Ромка был фантастически красив. Когда Кутялкин смотрел на него, то забывал обо всём на свете. Иногда Гриша задавался неудобным вопросом: «Неужели каждый родитель видит своего ребенка эдаким очаровашкой?». И тут же отвечал на него: «Не. Я же объективен. Я же вижу, насколько хорош мой бублик».

Позавчера Грише вновь предстояло быть строгим и опять объяснять Ромке многое, до чего тот пока не дотумкал – не брать чужие вещи, бескорыстно помогать маме… Кутялкин не удержался – обнял старшого за плечи, прижал к себе:

–Ты понимаешь, когда я думаю, что с тобой стряслась беда, мир становится черно–белым, плоским и неуютным. Выбрось и забудь. Голова кружится. Кислорода не хватает. Дышу через раз. Всё вокруг теряет смысл.

Бублик хлопал огромными зелеными глазами, улыбался щербатым ртом и не верил.

В детскую вполз Сенька. Ходить он уже научился, но пока предпочитал четвереньки. Молодой бублик по обыкновению уставился на Ромку. Внимательно, серьезно, пожевывая верхнюю губу. Как смелый кролик на доброго удава.

– Видишь, он смотрит на тебя как на бога, – шепнул Гриша. – Мы с мамой для него любимые источники разнообразных полезностей. А ты – бог.

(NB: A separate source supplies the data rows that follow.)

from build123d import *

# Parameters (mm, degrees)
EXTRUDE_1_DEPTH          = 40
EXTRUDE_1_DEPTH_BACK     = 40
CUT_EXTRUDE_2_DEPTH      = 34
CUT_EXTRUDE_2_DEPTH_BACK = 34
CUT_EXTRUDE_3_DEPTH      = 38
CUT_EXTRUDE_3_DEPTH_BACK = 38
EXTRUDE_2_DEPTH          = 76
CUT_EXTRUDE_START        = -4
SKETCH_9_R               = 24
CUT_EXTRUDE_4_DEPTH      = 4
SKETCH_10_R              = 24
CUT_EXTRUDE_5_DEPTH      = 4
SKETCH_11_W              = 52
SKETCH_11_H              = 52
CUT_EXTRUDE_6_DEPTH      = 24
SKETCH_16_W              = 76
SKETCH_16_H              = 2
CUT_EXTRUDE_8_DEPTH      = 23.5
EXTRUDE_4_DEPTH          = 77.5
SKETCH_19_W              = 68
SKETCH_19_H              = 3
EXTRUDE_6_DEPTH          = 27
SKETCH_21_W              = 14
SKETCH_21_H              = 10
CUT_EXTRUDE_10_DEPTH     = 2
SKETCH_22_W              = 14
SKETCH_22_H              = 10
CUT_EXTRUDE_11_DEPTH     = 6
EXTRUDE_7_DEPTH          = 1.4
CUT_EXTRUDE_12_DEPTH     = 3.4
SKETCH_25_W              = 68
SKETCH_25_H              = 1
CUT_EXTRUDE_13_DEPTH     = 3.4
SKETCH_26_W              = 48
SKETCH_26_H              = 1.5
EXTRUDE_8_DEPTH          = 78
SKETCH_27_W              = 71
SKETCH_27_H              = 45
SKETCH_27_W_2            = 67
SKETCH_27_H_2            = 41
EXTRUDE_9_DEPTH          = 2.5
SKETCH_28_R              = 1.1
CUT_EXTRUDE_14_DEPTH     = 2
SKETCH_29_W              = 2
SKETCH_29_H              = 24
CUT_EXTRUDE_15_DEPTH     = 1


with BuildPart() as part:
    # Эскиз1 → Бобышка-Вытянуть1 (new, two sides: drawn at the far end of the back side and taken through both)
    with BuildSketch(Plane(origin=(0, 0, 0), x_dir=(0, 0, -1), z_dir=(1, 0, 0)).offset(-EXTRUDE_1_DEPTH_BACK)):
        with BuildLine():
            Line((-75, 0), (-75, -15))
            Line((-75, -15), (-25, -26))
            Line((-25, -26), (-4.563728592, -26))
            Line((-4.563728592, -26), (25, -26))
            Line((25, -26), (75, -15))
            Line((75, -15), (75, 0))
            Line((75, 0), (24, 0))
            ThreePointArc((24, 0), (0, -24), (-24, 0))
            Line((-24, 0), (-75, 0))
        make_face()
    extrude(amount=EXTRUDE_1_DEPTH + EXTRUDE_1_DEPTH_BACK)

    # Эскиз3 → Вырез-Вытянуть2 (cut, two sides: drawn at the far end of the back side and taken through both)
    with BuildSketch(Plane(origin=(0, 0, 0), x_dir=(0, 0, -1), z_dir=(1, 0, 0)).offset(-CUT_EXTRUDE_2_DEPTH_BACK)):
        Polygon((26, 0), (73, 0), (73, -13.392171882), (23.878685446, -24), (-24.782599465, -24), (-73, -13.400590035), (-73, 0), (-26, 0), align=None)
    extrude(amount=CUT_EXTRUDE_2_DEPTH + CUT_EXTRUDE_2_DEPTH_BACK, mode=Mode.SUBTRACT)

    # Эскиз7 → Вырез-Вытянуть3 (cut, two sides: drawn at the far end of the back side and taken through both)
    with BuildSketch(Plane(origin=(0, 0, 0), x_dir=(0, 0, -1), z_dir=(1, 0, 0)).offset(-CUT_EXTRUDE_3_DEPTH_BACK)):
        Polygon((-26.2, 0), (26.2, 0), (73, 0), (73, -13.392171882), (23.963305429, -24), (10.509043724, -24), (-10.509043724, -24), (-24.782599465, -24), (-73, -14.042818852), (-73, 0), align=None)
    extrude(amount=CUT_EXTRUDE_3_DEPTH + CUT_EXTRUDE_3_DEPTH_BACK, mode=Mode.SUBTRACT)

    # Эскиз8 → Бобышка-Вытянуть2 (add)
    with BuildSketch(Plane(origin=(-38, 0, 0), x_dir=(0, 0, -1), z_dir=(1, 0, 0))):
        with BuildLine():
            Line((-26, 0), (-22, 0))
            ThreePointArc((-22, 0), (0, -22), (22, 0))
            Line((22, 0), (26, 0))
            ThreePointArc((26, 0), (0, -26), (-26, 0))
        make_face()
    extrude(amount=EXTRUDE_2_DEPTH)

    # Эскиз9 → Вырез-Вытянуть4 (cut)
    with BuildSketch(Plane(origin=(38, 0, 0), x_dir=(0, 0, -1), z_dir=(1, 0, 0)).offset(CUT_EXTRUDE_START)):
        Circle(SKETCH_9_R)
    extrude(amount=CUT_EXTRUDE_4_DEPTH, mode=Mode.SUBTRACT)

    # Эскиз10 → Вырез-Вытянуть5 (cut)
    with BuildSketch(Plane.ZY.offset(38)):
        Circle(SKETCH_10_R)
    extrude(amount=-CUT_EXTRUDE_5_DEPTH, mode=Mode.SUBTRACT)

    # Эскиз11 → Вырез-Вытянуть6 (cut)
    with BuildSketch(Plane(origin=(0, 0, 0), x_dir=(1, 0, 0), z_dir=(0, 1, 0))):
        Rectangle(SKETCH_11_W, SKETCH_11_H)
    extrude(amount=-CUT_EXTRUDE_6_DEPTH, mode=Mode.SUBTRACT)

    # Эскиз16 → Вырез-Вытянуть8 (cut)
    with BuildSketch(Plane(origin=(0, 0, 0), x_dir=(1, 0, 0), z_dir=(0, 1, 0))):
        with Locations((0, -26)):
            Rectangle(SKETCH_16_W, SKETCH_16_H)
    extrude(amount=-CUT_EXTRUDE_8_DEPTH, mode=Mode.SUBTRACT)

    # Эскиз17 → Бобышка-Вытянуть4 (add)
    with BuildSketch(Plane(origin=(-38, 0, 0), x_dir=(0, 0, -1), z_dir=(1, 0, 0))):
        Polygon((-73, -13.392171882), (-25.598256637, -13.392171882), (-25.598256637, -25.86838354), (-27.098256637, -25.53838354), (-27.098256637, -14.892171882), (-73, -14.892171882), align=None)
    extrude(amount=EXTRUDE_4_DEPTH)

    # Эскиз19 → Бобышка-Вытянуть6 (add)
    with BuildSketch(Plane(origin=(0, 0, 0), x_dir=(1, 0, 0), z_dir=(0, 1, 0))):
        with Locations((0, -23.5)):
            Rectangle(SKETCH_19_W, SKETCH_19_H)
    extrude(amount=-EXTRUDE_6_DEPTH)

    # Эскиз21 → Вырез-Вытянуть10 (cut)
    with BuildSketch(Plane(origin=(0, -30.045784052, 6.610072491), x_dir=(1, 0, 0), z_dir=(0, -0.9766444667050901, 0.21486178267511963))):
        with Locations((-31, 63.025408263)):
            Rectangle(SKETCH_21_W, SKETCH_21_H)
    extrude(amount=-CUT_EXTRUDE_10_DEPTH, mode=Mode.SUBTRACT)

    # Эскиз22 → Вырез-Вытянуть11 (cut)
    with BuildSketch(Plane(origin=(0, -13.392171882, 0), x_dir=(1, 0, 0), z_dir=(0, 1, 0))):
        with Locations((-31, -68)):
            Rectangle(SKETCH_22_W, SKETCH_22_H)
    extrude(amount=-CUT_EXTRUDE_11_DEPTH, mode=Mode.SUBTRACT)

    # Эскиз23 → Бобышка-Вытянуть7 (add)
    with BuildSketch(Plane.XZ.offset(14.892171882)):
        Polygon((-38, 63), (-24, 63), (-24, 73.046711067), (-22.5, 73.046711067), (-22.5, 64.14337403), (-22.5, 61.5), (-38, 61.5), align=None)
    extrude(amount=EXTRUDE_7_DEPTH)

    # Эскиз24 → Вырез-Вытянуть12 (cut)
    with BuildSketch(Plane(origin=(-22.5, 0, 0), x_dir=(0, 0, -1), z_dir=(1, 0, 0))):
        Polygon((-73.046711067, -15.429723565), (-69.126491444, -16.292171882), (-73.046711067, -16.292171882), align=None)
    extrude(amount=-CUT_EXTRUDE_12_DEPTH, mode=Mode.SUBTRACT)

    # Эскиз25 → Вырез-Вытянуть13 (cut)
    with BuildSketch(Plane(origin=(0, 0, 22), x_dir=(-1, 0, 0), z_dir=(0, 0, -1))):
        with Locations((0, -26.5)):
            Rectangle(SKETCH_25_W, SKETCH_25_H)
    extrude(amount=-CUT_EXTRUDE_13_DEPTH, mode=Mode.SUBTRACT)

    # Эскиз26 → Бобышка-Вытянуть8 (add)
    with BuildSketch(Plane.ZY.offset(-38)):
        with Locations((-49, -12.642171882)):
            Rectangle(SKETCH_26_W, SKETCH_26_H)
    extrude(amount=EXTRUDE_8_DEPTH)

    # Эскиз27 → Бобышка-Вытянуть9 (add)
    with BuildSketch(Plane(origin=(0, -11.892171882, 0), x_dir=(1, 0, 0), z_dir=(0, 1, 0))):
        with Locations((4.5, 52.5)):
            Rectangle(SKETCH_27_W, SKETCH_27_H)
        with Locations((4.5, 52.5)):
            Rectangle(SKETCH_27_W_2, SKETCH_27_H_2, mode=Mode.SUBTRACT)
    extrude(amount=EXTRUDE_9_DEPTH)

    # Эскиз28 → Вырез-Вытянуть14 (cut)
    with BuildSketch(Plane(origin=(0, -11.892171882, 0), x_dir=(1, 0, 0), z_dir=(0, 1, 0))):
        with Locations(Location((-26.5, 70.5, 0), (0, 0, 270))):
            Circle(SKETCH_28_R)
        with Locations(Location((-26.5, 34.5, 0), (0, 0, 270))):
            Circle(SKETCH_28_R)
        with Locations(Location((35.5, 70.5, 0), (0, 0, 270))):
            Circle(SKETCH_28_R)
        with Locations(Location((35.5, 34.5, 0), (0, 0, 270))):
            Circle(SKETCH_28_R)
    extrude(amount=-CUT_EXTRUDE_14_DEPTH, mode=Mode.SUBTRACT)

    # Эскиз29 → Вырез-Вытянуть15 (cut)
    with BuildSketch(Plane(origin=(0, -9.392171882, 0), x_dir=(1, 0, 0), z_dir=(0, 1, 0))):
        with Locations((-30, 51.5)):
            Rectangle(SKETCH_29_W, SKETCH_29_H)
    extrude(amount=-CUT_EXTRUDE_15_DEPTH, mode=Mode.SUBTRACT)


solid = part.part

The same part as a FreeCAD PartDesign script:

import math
import FreeCAD as App
import Part
import Sketcher
from FreeCAD import Vector


def add_polygon(sketch, points):
    """Adds a closed chain of lines whose ends are joined by coincident constraints."""
    first, n = sketch.GeometryCount, len(points)
    for a, b in zip(points, points[1:] + points[:1]):
        sketch.addGeometry(Part.LineSegment(App.Vector(*a, 0), App.Vector(*b, 0)), False)
    for i in range(n):
        sketch.addConstraint(Sketcher.Constraint("Coincident", first + i, 2, first + (i + 1) % n, 1))

doc = App.newDocument("Part")
params = doc.addObject("Spreadsheet::Sheet", "Params")
for row, (alias, value) in enumerate([
    ("sketch1_radius", "24 mm"),
    ("sketch1_width", "15 mm"),
    ("sketch1_height", "50 mm"),
    ("sketch1_height2", "51 mm"),
    ("pad1_length", "40 mm"),
    ("pad1_length2", "40 mm"),
    ("sketch2_height", "146 mm"),
    ("pocket1_length", "34 mm"),
    ("pocket1_length2", "34 mm"),
    ("sketch3_height", "146 mm"),
    ("pocket2_length", "38 mm"),
    ("pocket2_length2", "38 mm"),
    ("sketch4_radius", "26 mm"),
    ("sketch4_radius2", "22 mm"),
    ("pad2_length", "76 mm"),
    ("sketch5_diameter", "48 mm"),
    ("pocket3_length", "4 mm"),
    ("sketch6_diameter", "48 mm"),
    ("pocket4_length", "4 mm"),
    ("sketch7_width", "52 mm"),
    ("pocket5_length", "24 mm"),
    ("sketch8_width", "76 mm"),
    ("sketch8_height", "2 mm"),
    ("pocket6_length", "23.5 mm"),
    ("sketch9_width", "1.5 mm"),
    ("pad3_length", "77.5 mm"),
    ("sketch10_width", "68 mm"),
    ("sketch10_height", "3 mm"),
    ("pad4_length", "27 mm"),
    ("sketch11_width", "14 mm"),
    ("sketch11_height", "10 mm"),
    ("pocket7_length", "2 mm"),
    ("sketch12_width", "14 mm"),
    ("sketch12_height", "10 mm"),
    ("pocket8_length", "6 mm"),
    ("sketch13_width", "14 mm"),
    ("sketch13_width2", "15.5 mm"),
    ("pad5_length", "1.4 mm"),
    ("pocket9_length", "3.4 mm"),
    ("sketch15_width", "68 mm"),
    ("sketch15_height", "1 mm"),
    ("pocket10_length", "3.4 mm"),
    ("sketch16_height", "48 mm"),
    ("sketch16_width", "1.5 mm"),
    ("pad6_length", "78 mm"),
    ("sketch17_width", "71 mm"),
    ("sketch17_width2", "67 mm"),
    ("sketch17_height", "45 mm"),
    ("sketch17_height2", "41 mm"),
    ("pad7_length", "2.5 mm"),
    ("sketch18_diameter", "2.2 mm"),
    ("pocket11_length", "2 mm"),
    ("sketch19_width", "2 mm"),
    ("sketch19_height", "24 mm"),
    ("pocket12_length", "1 mm"),
], start=1):
    params.set(f"A{row}", alias)
    params.set(f"B{row}", "=" + value)
    params.setAlias(f"B{row}", alias)

body = doc.addObject("PartDesign::Body", "Body")

sketch1 = body.newObject("Sketcher::SketchObject", "Sketch")
sketch1.AttachmentSupport = (doc.getObject("YZ_Plane"), [""])
sketch1.MapMode = "FlatFace"
sketch1.addGeometry([
    Part.LineSegment(Vector(0, 75, 0), Vector(-15, 75, 0)),
    Part.LineSegment(Vector(-15, 75, 0), Vector(-26, 25, 0)),
    Part.LineSegment(Vector(-26, 25, 0), Vector(-26, -25, 0)),
    Part.LineSegment(Vector(-26, -25, 0), Vector(-15, -75, 0)),
    Part.LineSegment(Vector(-15, -75, 0), Vector(0, -75, 0)),
    Part.LineSegment(Vector(0, -75, 0), Vector(0, -24, 0)),
    Part.ArcOfCircle(Part.Circle(Vector(0, 0, 0), Vector(0, 0, 1), 24), math.radians(90), math.radians(270)),
    Part.LineSegment(Vector(0, 24, 0), Vector(0, 75, 0)),
], False)
sketch1.addConstraint([
    Sketcher.Constraint("Coincident", 0, 2, 1, 1),
    Sketcher.Constraint("Coincident", 1, 2, 2, 1),
    Sketcher.Constraint("Coincident", 2, 2, 3, 1),
    Sketcher.Constraint("Coincident", 3, 2, 4, 1),
    Sketcher.Constraint("Coincident", 4, 2, 5, 1),
    Sketcher.Constraint("Coincident", 5, 2, 6, 2),
    Sketcher.Constraint("Coincident", 6, 1, 7, 1),
    Sketcher.Constraint("Coincident", 7, 2, 0, 1),
    Sketcher.Constraint("Horizontal", 0),
    Sketcher.Constraint("Vertical", 2),
    Sketcher.Constraint("Horizontal", 4),
    Sketcher.Constraint("Vertical", 5),
    Sketcher.Constraint("Vertical", 7),
    Sketcher.Constraint("Coincident", 6, 3, -1, 1),
    Sketcher.Constraint("Symmetric", 4, 2, 7, 2, -1, 1),
    Sketcher.Constraint("PointOnObject", 4, 2, -2),
    Sketcher.Constraint("Vertical", 0, 2, 3, 2),
    Sketcher.Constraint("Equal", 1, 3),
    Sketcher.Constraint("Radius", 6, 24.0),
    Sketcher.Constraint("DistanceX", 0, 2, 0, 1, 15.0),
    Sketcher.Constraint("DistanceY", 2, 2, 2, 1, 50.0),
    Sketcher.Constraint("DistanceY", 5, 1, 5, 2, 51.0),
    Sketcher.Constraint("DistanceX", 1, 2, -1, 1, 26.0),
])
sketch1.setExpression("Constraints[18]", "Params.sketch1_radius")
sketch1.setExpression("Constraints[19]", "Params.sketch1_width")
sketch1.setExpression("Constraints[20]", "Params.sketch1_height")
sketch1.setExpression("Constraints[21]", "Params.sketch1_height2")
pad1 = body.newObject("PartDesign::Pad", "Pad")
pad1.Profile = sketch1
pad1.Type = "TwoLengths"
pad1.setExpression("Length", "Params.pad1_length")
pad1.setExpression("Length2", "Params.pad1_length2")

sketch2 = body.newObject("Sketcher::SketchObject", "Sketch001")
sketch2.AttachmentSupport = (doc.getObject("YZ_Plane"), [""])
sketch2.MapMode = "FlatFace"
add_polygon(sketch2, [(0, -73), (0, 73), (-13, 73), (-24, 25), (-24, -24), (-13, -73)])
sketch2.addConstraint([
    Sketcher.Constraint("Vertical", 0),
    Sketcher.Constraint("Horizontal", 1),
    Sketcher.Constraint("Vertical", 3),
    Sketcher.Constraint("Horizontal", 5),
    Sketcher.Constraint("Symmetric", 0, 2, 5, 2, -1, 1),
    Sketcher.Constraint("DistanceY", 0, 1, 0, 2, 146.0),
    Sketcher.Constraint("DistanceX", 2, 2, -1, 1, 24.0),
    Sketcher.Constraint("DistanceX", 1, 2, 1, 1, 13.40059),
    Sketcher.Constraint("DistanceX", 5, 1, 5, 2, 13.392172),
    Sketcher.Constraint("DistanceY", -1, 1, 2, 2, 24.782599),
    Sketcher.Constraint("DistanceY", 3, 2, 3, 1, 48.661285),
])
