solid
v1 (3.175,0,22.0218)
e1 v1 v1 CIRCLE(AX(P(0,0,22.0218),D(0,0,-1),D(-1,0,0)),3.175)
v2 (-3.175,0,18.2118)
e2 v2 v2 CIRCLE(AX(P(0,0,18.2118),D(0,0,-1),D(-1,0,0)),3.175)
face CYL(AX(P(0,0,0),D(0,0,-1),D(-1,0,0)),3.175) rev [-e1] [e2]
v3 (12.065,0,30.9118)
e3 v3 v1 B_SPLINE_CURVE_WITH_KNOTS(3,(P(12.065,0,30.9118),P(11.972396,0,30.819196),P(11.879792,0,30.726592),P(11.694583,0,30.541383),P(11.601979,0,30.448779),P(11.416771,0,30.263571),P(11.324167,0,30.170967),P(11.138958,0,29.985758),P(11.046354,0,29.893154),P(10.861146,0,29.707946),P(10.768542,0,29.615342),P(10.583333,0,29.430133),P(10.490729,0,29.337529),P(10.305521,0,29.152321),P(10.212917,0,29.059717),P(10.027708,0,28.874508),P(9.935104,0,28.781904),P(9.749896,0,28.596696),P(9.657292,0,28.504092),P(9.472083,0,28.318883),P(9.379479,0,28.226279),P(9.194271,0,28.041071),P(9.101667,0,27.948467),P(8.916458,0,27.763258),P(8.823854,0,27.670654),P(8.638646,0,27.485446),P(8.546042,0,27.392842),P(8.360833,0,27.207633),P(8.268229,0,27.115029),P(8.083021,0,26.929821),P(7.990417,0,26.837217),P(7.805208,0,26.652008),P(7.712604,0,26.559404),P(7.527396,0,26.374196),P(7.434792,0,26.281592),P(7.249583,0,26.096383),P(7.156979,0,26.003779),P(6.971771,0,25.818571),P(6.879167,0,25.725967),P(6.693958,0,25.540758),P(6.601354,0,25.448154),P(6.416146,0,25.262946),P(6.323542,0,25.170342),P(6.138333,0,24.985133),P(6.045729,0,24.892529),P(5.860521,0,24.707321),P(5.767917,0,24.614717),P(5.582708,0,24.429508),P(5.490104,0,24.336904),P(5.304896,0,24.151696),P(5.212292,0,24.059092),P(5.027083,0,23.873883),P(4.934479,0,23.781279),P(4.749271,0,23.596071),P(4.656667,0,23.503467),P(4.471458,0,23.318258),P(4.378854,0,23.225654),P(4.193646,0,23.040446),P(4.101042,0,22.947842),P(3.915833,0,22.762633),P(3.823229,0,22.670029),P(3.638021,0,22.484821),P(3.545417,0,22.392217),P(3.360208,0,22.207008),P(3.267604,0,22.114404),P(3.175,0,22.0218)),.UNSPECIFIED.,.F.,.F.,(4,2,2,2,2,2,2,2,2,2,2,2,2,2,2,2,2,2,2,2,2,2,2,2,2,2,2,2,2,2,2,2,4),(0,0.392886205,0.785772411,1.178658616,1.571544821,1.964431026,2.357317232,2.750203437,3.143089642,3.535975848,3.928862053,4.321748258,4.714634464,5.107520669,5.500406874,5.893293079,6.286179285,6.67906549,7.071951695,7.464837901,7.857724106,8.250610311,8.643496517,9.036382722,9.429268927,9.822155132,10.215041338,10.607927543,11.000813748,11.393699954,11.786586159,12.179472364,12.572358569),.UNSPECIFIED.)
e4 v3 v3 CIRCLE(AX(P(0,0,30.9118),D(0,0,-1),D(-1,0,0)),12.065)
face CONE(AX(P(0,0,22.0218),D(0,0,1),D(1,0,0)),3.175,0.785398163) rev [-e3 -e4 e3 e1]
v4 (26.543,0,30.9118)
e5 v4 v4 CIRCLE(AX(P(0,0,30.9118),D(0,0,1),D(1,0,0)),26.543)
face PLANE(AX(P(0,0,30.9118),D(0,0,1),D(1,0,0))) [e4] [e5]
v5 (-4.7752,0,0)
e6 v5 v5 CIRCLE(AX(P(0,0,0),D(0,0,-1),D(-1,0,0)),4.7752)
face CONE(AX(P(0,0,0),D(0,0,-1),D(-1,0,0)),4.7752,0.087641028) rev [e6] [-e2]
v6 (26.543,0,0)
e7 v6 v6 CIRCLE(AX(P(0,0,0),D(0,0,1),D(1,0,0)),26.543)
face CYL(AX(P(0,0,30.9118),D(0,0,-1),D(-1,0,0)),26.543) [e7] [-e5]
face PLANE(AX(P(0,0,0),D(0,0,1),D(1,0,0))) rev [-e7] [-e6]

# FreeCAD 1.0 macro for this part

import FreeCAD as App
import Part
import Sketcher

V = App.Vector
Q = App.Units.Quantity


def add_polygon(sketch, points):
    """Adds a closed chain of lines whose ends are joined by coincident constraints."""
    first, n = sketch.GeometryCount, len(points)
    for a, b in zip(points, points[1:] + points[:1]):
        sketch.addGeometry(Part.LineSegment(App.Vector(*a, 0), App.Vector(*b, 0)), False)
    for i in range(n):
        sketch.addConstraint(Sketcher.Constraint("Coincident", first + i, 2, first + (i + 1) % n, 1))

doc = App.newDocument("Part")
body = doc.addObject("PartDesign::Body", "Body")

# Sketch on XY plane
sketch1 = body.newObject("Sketcher::SketchObject", "Sketch")
sketch1.AttachmentSupport = (doc.getObject("XY_Plane"), [""])
sketch1.MapMode = "FlatFace"
sketch1.addGeometry(Part.Circle(V(0, 0, 0), V(0, 0, 1), 27), False)
sketch1.addConstraint([
    Sketcher.Constraint("Coincident", 0, 3, -1, 1),
    Sketcher.Constraint("Diameter", 0, Q("2.09 in")),
])
pad1 = body.newObject("PartDesign::Pad", "Pad")
pad1.Profile = sketch1
pad1.Length = Q("1.217 in")

# Sketch on YZ plane
sketch2 = body.newObject("Sketcher::SketchObject", "Sketch001")
sketch2.AttachmentSupport = (doc.getObject("YZ_Plane"), [""])
sketch2.MapMode = "FlatFace"
add_polygon(sketch2, [(3.2, 22), (12.1, 30.9), (0, 30.9), (0, 0), (4.8, 0), (3.2, 18.2)])  # lines 0-5
sketch2.addConstraint([
    Sketcher.Constraint("Horizontal", 1),
    Sketcher.Constraint("Vertical", 2),
    Sketcher.Constraint("Horizontal", 3),
    Sketcher.Constraint("Vertical", 5),
    Sketcher.Constraint("Coincident", 2, 2, -1, 1),
    Sketcher.Constraint("Angle", 0, Q("45 deg")),
    Sketcher.Constraint("DistanceY", 5, 1, 5, 2, Q("0.15 in")),
    Sketcher.Constraint("DistanceY", 4, 2, 1, 2, Q("0.5 in")),
    Sketcher.Constraint("DistanceX", 1, 2, 1, 1, Q("0.475 in")),
    Sketcher.Constraint("DistanceX", 3, 1, 3, 2, Q("0.188 in")),
    Sketcher.Constraint("DistanceY", 2, 2, 2, 1, Q("1.217 in")),
])
groove = body.newObject("PartDesign::Groove", "Groove")
groove.Profile = sketch2
groove.ReferenceAxis = (sketch2, ["V_Axis"])
groove.Angle = 360

doc.recompute()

– Я хочу, чтобы он думал, что я Аполлон, – скромно пожелал Ромка.

За одно подобное воспоминание Гриша мог отправиться прямиком в пекло. Когда в памяти набралось более сотни, Кутялкин почувствовал себя кем–то вроде супергероя. Его телесная оболочка хрупка – разбивается легче легкого. Суперсила же заключена в неразрушимом внутреннем содержании, образуемом счастливой памятью. Эту мощь можно как джина выпустить из заточения, она сомкнётся вокруг видимой реальности, и, если потребуется, отомстит всем, кто причинит семье боль.

С помощью двух-трёх воспоминаний Кутялкин справлялся почти с любым огорчением. На последней линии обороны пикировка с Наталией сразу показалась пустяком.

Во время очередного виража её претензий в духе: «Ты жалкий щелкунчик, твоё место на рудниках, а не со мной. Я бы таких как ты стерилизовала, эксплуатировала, потом потрошила на органы», Гриша широко улыбнулся и радостно кивнул головой, жонглируя в голове мыслью «как незатейливы и легки укольчики на пути к грандиозной цели переустройства мира».